Putting the cork back on the bottle: Improving Unicode support in TeX extensions

Mojca Miklavec*, Arthur Reutenauer**
* University of Ljubljana, ** GUTenberg, France
Play (26min) Download: MP4 | MP3

In the TeX world, the name of Cork is associated with a standardization effort dating back to 1990, the Cork font encoding, which can be used for most European languages written in the Latin script. At about the same time, though, a much wider standardization effort was initiated, as the Unicode Consortium was created to devise a universal character set suitable for any language and writing system. Of course, it wasn’t long before people felt the need to support Unicode in TeX–like systems.

How far are we today? The latest extensions to the TeX engine are all labelled as “supporting Unicode”, but upon closer inspection this reveals rather imprecise: does it mean enabling UTF–8 input, handling multibyte characters, or implementing all the Unicode character properties and algorithms?

In the framework of Google Summer of Code, one of us (Arthur) is sponsored to improve Unicode support in TeX. The original accepted proposal was about three aspects: combining characters, bidirectional algorithm and line–breaking properties, and I will be working on LuaTeX and XeTeX, who both handle multibyte characters and UTF–8 characters natively.

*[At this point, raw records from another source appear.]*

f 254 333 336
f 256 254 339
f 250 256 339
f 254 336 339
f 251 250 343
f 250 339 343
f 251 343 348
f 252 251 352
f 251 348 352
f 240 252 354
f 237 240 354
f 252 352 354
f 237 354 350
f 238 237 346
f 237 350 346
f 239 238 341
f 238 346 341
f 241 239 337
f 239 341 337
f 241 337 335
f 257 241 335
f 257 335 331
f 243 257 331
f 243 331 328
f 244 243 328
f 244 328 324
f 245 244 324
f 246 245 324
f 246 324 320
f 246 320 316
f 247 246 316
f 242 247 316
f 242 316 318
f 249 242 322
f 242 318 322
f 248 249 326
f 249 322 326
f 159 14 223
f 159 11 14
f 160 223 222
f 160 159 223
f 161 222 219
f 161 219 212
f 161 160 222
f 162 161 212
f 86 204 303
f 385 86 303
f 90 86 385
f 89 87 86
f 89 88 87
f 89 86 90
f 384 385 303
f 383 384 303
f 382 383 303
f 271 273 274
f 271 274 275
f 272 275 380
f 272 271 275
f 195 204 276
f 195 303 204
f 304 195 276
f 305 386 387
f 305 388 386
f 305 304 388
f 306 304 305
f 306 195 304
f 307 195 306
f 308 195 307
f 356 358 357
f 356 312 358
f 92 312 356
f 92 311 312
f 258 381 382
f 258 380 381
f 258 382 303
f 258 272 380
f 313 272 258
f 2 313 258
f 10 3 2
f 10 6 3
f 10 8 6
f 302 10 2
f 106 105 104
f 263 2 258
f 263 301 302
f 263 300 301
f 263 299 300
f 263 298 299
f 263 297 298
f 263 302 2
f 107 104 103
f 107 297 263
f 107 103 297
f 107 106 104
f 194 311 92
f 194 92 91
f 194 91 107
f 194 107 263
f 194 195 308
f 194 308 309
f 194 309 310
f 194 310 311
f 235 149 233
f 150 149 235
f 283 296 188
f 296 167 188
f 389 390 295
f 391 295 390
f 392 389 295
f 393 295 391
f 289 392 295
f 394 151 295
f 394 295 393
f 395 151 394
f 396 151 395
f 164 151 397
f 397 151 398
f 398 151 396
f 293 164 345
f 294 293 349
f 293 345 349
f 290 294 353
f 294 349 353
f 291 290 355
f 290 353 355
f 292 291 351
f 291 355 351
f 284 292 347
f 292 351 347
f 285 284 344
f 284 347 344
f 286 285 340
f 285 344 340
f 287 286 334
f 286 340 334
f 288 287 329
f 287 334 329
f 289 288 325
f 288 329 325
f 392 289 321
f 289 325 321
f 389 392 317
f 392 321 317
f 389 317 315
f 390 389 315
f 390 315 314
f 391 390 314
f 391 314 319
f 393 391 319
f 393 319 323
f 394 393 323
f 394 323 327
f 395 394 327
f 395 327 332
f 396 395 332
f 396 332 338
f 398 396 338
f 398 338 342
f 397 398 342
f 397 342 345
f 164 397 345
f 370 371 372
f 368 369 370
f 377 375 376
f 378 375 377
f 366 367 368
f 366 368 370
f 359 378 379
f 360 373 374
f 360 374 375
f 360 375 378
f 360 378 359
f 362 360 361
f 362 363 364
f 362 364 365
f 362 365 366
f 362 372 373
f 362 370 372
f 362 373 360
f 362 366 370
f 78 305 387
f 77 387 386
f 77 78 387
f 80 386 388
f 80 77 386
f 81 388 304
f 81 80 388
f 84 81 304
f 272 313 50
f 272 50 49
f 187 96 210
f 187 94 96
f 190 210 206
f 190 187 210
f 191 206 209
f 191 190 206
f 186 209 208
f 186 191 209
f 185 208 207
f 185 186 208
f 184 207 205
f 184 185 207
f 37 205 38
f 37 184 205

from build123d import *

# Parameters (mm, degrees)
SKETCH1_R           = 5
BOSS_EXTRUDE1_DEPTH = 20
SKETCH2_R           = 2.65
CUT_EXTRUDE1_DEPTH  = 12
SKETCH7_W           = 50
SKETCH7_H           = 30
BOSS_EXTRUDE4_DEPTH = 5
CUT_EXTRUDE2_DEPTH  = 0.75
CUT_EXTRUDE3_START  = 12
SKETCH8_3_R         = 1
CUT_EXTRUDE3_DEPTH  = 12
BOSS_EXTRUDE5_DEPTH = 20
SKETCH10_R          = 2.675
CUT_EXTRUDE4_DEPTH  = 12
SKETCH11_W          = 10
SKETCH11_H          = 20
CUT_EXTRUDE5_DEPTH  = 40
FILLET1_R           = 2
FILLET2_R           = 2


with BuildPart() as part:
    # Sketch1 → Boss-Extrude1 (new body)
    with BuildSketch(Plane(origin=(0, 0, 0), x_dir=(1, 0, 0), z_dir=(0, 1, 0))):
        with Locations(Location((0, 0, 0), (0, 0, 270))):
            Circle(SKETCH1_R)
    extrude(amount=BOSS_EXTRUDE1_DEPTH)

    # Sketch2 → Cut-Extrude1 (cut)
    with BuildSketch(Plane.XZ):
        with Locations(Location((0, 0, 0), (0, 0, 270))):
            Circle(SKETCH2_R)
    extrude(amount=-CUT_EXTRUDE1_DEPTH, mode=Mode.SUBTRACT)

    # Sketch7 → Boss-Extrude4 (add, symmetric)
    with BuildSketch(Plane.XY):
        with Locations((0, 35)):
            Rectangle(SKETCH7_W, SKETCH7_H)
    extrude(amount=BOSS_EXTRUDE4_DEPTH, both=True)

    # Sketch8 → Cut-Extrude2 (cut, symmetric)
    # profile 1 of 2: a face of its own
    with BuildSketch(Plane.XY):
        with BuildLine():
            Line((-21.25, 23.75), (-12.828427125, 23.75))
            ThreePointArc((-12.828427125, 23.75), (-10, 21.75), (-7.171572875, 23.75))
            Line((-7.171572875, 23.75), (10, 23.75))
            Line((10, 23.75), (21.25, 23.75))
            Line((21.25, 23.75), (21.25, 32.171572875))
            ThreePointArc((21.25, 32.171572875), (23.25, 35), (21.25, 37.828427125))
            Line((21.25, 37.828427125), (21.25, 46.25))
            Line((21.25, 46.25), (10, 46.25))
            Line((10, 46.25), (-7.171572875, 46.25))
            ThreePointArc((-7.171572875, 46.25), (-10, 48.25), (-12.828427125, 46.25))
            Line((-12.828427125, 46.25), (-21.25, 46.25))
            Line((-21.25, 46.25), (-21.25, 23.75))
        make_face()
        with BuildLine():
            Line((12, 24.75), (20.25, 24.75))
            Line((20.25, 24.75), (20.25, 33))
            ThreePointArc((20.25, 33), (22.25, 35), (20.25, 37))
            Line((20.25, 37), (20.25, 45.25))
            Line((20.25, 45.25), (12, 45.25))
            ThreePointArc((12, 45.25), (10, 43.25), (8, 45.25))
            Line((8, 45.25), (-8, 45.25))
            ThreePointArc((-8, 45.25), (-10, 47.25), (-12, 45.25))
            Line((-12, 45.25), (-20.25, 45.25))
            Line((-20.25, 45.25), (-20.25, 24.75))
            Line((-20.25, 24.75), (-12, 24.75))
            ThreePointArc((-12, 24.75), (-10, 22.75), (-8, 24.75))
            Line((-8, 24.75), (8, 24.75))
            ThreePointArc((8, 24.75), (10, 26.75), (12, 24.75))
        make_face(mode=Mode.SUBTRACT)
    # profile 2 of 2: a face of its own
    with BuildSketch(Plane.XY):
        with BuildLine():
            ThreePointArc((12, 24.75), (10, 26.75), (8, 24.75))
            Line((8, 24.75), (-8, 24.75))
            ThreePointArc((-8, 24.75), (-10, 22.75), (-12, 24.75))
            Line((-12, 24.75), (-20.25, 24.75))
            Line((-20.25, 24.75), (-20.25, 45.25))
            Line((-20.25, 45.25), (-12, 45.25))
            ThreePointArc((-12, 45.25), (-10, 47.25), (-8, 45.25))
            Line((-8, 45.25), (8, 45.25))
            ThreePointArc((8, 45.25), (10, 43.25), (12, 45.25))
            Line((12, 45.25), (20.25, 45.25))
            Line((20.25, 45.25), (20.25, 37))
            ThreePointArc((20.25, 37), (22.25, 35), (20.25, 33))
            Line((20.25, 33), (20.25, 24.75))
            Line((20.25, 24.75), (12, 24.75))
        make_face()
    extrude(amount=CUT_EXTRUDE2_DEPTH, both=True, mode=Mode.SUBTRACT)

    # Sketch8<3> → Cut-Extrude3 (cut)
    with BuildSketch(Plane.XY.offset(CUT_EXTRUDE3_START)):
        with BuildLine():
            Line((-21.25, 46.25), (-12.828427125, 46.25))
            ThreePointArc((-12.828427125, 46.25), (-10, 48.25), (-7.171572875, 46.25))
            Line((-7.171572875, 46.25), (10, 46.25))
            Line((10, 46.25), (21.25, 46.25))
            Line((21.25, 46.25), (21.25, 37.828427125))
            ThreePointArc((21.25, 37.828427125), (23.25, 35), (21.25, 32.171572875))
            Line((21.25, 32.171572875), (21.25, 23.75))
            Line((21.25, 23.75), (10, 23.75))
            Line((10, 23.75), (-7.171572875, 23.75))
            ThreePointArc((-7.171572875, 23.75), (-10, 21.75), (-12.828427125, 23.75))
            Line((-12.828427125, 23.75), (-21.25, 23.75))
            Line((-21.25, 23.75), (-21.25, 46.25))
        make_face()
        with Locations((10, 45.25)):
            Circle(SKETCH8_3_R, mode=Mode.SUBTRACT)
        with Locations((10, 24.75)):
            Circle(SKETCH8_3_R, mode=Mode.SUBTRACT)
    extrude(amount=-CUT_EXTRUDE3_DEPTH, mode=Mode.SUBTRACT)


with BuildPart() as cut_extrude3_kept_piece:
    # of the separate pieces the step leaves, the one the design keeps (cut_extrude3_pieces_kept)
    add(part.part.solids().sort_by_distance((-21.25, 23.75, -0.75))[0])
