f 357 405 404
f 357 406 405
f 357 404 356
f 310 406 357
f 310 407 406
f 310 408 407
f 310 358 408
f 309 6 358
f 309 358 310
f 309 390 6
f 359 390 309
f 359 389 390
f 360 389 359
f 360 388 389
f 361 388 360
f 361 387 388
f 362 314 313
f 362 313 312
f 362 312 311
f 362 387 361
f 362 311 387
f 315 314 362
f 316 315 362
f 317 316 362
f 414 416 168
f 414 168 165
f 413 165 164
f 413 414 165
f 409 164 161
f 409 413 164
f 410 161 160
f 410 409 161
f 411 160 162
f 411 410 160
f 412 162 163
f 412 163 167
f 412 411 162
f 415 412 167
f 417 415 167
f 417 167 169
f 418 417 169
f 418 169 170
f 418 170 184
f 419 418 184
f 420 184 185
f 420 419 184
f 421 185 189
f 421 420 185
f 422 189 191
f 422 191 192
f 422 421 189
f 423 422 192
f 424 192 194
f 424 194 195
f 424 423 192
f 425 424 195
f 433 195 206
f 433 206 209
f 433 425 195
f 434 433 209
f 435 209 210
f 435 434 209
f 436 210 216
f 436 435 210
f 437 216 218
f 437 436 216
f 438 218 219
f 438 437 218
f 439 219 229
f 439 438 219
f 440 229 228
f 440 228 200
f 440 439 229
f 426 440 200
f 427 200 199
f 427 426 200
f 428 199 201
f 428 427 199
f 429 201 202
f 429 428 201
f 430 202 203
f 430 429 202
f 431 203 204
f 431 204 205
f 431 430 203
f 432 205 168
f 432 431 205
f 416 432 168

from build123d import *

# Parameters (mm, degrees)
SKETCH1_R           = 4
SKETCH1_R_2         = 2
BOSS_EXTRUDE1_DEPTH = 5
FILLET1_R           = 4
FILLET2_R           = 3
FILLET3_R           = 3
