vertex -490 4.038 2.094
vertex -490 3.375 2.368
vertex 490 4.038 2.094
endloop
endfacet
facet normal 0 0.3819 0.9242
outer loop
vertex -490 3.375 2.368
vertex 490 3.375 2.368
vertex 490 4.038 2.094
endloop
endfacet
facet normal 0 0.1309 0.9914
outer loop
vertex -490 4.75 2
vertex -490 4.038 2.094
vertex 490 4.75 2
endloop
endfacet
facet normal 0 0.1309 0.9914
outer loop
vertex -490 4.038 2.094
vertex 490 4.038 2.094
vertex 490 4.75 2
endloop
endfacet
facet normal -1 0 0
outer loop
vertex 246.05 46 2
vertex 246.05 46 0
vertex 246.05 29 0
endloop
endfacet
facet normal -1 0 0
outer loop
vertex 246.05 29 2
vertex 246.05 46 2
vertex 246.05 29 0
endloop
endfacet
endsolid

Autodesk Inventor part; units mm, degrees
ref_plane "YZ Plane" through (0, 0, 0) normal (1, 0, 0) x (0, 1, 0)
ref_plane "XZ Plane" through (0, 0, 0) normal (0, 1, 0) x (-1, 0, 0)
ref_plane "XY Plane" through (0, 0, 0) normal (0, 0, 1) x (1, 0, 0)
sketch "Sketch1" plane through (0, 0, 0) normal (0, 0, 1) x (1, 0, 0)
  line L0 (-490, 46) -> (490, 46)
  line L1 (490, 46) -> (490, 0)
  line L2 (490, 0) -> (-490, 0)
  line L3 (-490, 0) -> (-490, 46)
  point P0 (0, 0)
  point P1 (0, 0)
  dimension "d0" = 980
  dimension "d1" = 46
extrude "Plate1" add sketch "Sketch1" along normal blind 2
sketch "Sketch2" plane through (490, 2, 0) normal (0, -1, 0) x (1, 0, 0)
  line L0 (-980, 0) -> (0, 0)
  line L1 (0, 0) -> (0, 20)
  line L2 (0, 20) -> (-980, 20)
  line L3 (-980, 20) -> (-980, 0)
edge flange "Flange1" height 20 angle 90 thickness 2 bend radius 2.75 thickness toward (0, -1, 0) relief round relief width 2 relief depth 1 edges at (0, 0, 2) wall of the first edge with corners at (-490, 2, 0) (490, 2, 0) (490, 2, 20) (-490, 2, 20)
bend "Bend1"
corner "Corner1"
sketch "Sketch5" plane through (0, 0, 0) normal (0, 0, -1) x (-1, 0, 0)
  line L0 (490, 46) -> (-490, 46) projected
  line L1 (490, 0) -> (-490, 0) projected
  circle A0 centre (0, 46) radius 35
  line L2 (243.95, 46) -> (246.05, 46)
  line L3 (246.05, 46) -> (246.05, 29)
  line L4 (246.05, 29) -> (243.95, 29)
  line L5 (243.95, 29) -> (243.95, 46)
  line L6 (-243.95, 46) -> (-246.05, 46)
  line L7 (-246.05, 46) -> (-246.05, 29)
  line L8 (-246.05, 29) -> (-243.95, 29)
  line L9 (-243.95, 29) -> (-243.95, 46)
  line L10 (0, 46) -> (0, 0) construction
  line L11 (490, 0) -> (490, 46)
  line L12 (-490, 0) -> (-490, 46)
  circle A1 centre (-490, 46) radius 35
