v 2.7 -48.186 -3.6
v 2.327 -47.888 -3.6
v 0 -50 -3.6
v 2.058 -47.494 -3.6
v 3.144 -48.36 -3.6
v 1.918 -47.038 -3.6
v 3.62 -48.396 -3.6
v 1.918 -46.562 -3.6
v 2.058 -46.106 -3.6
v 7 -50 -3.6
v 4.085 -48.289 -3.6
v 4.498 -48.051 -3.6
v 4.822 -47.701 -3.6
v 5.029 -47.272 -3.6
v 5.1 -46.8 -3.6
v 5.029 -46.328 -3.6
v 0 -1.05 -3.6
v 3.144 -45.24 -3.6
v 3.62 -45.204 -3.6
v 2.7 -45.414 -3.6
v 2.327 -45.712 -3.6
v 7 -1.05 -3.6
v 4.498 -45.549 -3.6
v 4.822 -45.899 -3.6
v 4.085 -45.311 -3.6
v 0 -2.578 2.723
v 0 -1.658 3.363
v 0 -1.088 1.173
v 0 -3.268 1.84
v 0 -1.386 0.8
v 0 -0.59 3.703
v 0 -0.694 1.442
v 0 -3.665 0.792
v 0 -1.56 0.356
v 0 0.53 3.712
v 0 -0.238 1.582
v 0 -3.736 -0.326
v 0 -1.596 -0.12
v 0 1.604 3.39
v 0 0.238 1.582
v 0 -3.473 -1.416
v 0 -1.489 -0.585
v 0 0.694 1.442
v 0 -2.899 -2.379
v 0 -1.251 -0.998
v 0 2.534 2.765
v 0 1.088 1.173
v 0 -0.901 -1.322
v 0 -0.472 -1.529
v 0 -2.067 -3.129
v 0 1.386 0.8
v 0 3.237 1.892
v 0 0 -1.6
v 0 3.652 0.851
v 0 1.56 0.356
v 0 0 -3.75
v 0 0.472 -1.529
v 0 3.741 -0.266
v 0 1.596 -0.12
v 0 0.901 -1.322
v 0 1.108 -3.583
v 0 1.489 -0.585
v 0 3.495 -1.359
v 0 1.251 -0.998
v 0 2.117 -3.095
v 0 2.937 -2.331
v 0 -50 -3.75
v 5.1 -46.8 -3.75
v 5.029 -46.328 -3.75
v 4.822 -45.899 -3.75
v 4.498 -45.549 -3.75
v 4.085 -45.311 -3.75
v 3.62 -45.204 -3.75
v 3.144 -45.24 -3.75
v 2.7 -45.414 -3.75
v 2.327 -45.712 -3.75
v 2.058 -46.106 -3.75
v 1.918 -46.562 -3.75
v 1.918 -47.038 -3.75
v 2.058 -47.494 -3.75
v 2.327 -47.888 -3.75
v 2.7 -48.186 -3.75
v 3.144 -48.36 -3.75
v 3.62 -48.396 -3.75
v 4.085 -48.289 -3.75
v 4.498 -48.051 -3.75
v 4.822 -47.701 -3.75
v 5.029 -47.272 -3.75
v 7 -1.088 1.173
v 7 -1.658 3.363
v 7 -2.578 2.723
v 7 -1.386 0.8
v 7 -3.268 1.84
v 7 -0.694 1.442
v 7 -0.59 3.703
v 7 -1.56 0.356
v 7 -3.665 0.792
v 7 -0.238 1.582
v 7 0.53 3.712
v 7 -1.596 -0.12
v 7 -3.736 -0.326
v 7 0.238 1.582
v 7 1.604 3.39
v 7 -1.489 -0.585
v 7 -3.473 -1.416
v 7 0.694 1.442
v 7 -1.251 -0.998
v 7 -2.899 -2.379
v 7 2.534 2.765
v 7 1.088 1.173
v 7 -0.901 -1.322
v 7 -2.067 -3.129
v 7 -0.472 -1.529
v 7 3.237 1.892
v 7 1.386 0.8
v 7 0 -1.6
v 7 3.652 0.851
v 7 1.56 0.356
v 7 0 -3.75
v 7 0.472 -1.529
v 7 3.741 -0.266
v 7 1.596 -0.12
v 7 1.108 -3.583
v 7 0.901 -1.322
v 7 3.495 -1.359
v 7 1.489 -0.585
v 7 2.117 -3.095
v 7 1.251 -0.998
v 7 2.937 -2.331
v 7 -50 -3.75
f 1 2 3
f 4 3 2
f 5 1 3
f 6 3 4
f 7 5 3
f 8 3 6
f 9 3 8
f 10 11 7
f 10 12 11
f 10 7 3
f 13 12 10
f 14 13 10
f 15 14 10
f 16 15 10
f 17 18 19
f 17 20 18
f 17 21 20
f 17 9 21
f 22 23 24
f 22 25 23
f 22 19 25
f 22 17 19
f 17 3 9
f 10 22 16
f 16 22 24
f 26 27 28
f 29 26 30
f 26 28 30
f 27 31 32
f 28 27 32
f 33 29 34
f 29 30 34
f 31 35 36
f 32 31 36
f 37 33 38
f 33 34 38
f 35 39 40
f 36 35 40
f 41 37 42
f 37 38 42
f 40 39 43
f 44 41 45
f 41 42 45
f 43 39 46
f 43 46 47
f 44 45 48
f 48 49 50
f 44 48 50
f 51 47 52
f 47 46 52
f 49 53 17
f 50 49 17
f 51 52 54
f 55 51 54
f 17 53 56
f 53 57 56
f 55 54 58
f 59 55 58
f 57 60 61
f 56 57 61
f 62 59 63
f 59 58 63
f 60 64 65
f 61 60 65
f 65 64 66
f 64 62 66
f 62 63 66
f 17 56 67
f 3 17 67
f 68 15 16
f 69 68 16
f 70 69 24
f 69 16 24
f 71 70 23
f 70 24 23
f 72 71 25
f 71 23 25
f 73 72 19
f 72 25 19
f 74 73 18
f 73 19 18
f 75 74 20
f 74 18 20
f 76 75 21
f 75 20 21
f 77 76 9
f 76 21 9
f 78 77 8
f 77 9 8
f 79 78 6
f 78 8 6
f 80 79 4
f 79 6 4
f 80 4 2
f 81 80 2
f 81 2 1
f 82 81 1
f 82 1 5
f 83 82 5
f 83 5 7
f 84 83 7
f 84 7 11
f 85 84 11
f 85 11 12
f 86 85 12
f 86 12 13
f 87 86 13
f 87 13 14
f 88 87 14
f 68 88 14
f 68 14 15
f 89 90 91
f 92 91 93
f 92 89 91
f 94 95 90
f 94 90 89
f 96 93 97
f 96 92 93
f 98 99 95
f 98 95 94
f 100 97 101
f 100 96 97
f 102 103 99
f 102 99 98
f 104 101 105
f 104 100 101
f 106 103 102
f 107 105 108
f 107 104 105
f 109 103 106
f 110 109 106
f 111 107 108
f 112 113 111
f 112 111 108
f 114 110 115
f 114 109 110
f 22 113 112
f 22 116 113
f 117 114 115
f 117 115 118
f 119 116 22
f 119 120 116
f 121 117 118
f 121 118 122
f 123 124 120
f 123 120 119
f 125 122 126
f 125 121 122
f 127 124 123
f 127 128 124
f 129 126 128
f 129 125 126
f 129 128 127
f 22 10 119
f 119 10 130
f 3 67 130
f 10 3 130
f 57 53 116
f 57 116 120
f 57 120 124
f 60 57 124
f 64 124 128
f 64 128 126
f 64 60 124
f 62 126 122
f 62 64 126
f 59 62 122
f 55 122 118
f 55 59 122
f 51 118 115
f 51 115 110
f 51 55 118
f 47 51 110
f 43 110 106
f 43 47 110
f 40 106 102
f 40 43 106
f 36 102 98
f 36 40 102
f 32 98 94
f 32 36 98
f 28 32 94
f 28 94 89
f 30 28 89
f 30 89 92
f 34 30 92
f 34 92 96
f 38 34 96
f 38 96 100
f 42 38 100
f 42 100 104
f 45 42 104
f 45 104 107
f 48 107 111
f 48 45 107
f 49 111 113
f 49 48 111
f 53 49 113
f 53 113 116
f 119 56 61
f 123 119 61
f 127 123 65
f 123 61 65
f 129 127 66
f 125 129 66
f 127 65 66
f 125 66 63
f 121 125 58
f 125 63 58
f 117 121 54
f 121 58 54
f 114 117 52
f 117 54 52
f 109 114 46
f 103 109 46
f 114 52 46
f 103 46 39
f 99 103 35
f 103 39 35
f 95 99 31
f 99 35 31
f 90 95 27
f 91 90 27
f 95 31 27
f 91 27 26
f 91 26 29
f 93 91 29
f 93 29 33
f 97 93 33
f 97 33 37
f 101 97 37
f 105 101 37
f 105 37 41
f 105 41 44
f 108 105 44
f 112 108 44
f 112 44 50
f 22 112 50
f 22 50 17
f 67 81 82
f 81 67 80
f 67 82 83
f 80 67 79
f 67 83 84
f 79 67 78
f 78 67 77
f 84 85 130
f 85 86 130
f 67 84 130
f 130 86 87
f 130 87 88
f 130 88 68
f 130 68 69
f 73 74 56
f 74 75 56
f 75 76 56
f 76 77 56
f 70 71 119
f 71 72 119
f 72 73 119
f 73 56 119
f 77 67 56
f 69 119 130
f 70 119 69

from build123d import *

# Parameters (mm, degrees)
SKETCH_1_R          = 3.75
SKETCH_1_R_2        = 1.6
EXTRUDE_1_DEPTH     = 7
SKETCH_2_W          = 7
SKETCH_2_H          = 0.15
EXTRUDE_2_DEPTH     = 50
SKETCH_3_R          = 1.6
CUT_EXTRUDE_1_DEPTH = 52.019824578


with BuildPart() as part:
    # 草图1 → 凸台-拉伸1 (new body)
    with BuildSketch(Plane(origin=(0, 0, 0), x_dir=(0, 0, -1), z_dir=(1, 0, 0))):
        Circle(SKETCH_1_R)
        Circle(SKETCH_1_R_2, mode=Mode.SUBTRACT)
    extrude(amount=EXTRUDE_1_DEPTH)

    # 草图2 → 凸台-拉伸2 (add)
    with BuildSketch(Plane(origin=(0, 0, 0), x_dir=(1, 0, 0), z_dir=(0, 1, 0))):
        with Locations((3.5, 3.675)):
            Rectangle(SKETCH_2_W, SKETCH_2_H)
    extrude(amount=-EXTRUDE_2_DEPTH)

    # 草图3 → 切除-拉伸1 (cut, through all)
    with BuildSketch(Plane.XY.offset(-3.6)):
        with Locations((3.5, -46.8)):
            Circle(SKETCH_3_R)
    extrude(amount=-CUT_EXTRUDE_1_DEPTH, mode=Mode.SUBTRACT)


solid = part.part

Combining characters are Unicode’s diacritical marks: you put them after a character (called “base character”) to add an accent to it. This is very similar to TeX’s accent primitive, except that they come after the character they apply to, and that you can stack them. There are also equivalences between sequences containing combining characters and precomposed characters, and algorithms to transform them (called normalization).

The bidirectional algorithm (“bidi” for short) specifies how to handle TeXt mixing characters from writing systems with different directions, for example, English and Arabic.

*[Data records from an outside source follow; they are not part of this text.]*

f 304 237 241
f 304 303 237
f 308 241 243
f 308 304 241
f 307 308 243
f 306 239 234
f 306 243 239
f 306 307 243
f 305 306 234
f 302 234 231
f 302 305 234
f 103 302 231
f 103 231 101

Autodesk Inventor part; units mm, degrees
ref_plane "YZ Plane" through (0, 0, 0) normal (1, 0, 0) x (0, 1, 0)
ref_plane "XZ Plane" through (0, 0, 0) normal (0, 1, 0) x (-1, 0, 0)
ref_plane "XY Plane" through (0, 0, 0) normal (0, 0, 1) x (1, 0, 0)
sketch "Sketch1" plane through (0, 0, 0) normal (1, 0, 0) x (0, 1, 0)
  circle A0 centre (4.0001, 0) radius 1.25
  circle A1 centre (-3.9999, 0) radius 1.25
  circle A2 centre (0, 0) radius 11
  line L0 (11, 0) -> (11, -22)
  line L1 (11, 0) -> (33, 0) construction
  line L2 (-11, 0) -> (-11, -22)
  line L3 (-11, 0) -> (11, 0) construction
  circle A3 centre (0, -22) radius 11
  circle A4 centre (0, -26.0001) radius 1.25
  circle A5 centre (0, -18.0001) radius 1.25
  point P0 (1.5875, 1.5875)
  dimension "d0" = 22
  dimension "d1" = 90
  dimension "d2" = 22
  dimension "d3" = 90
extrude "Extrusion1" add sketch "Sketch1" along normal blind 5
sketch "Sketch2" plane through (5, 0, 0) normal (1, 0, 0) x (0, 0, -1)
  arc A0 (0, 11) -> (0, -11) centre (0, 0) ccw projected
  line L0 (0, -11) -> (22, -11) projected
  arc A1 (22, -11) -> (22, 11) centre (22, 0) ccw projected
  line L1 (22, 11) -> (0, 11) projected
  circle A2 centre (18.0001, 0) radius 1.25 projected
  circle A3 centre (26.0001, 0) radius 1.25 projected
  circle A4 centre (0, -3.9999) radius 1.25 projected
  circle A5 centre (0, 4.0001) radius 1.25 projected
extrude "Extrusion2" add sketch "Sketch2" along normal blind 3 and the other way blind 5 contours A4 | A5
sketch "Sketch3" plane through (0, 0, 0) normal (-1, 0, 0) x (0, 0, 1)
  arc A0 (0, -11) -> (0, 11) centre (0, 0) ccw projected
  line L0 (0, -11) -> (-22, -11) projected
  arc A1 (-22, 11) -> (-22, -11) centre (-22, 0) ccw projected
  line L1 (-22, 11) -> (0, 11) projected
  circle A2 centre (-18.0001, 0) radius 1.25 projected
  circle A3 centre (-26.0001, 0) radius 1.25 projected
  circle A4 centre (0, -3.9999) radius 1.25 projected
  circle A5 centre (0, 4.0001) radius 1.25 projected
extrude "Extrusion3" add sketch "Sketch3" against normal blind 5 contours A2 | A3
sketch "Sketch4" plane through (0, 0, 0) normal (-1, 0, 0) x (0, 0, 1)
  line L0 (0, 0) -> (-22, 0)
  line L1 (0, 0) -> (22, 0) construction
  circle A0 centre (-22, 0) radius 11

Finally, Unicode characters have properties pertaining to line breaks: for example, characters like NBSP forbid breaks after them (very much like TeX’s “tie”); other allow break under certain conditions, etc.

Those three aspects were chosen because it was felt they all related to capabilities that TeX had from the beginning and that they were, therefore, among the most interesting aspects of Unicode with respect to TeX processing.

In the mean time, Mojca has initiated an effort to convert TeX Live’s hyphenation patterns to UTF–8. The challenge here is to integrate the current pattern files in a way that they can be used with both 8–bit engines (TeX, pdfTeX), and engines supporting native UTF–8 input (LuaTeX, XeTeX). It has uncovered interesting issues of the relationship between TeX and Unicode: it helps us understand to which extent, and how, TeX input can be converted to Unicode, and vice–versa.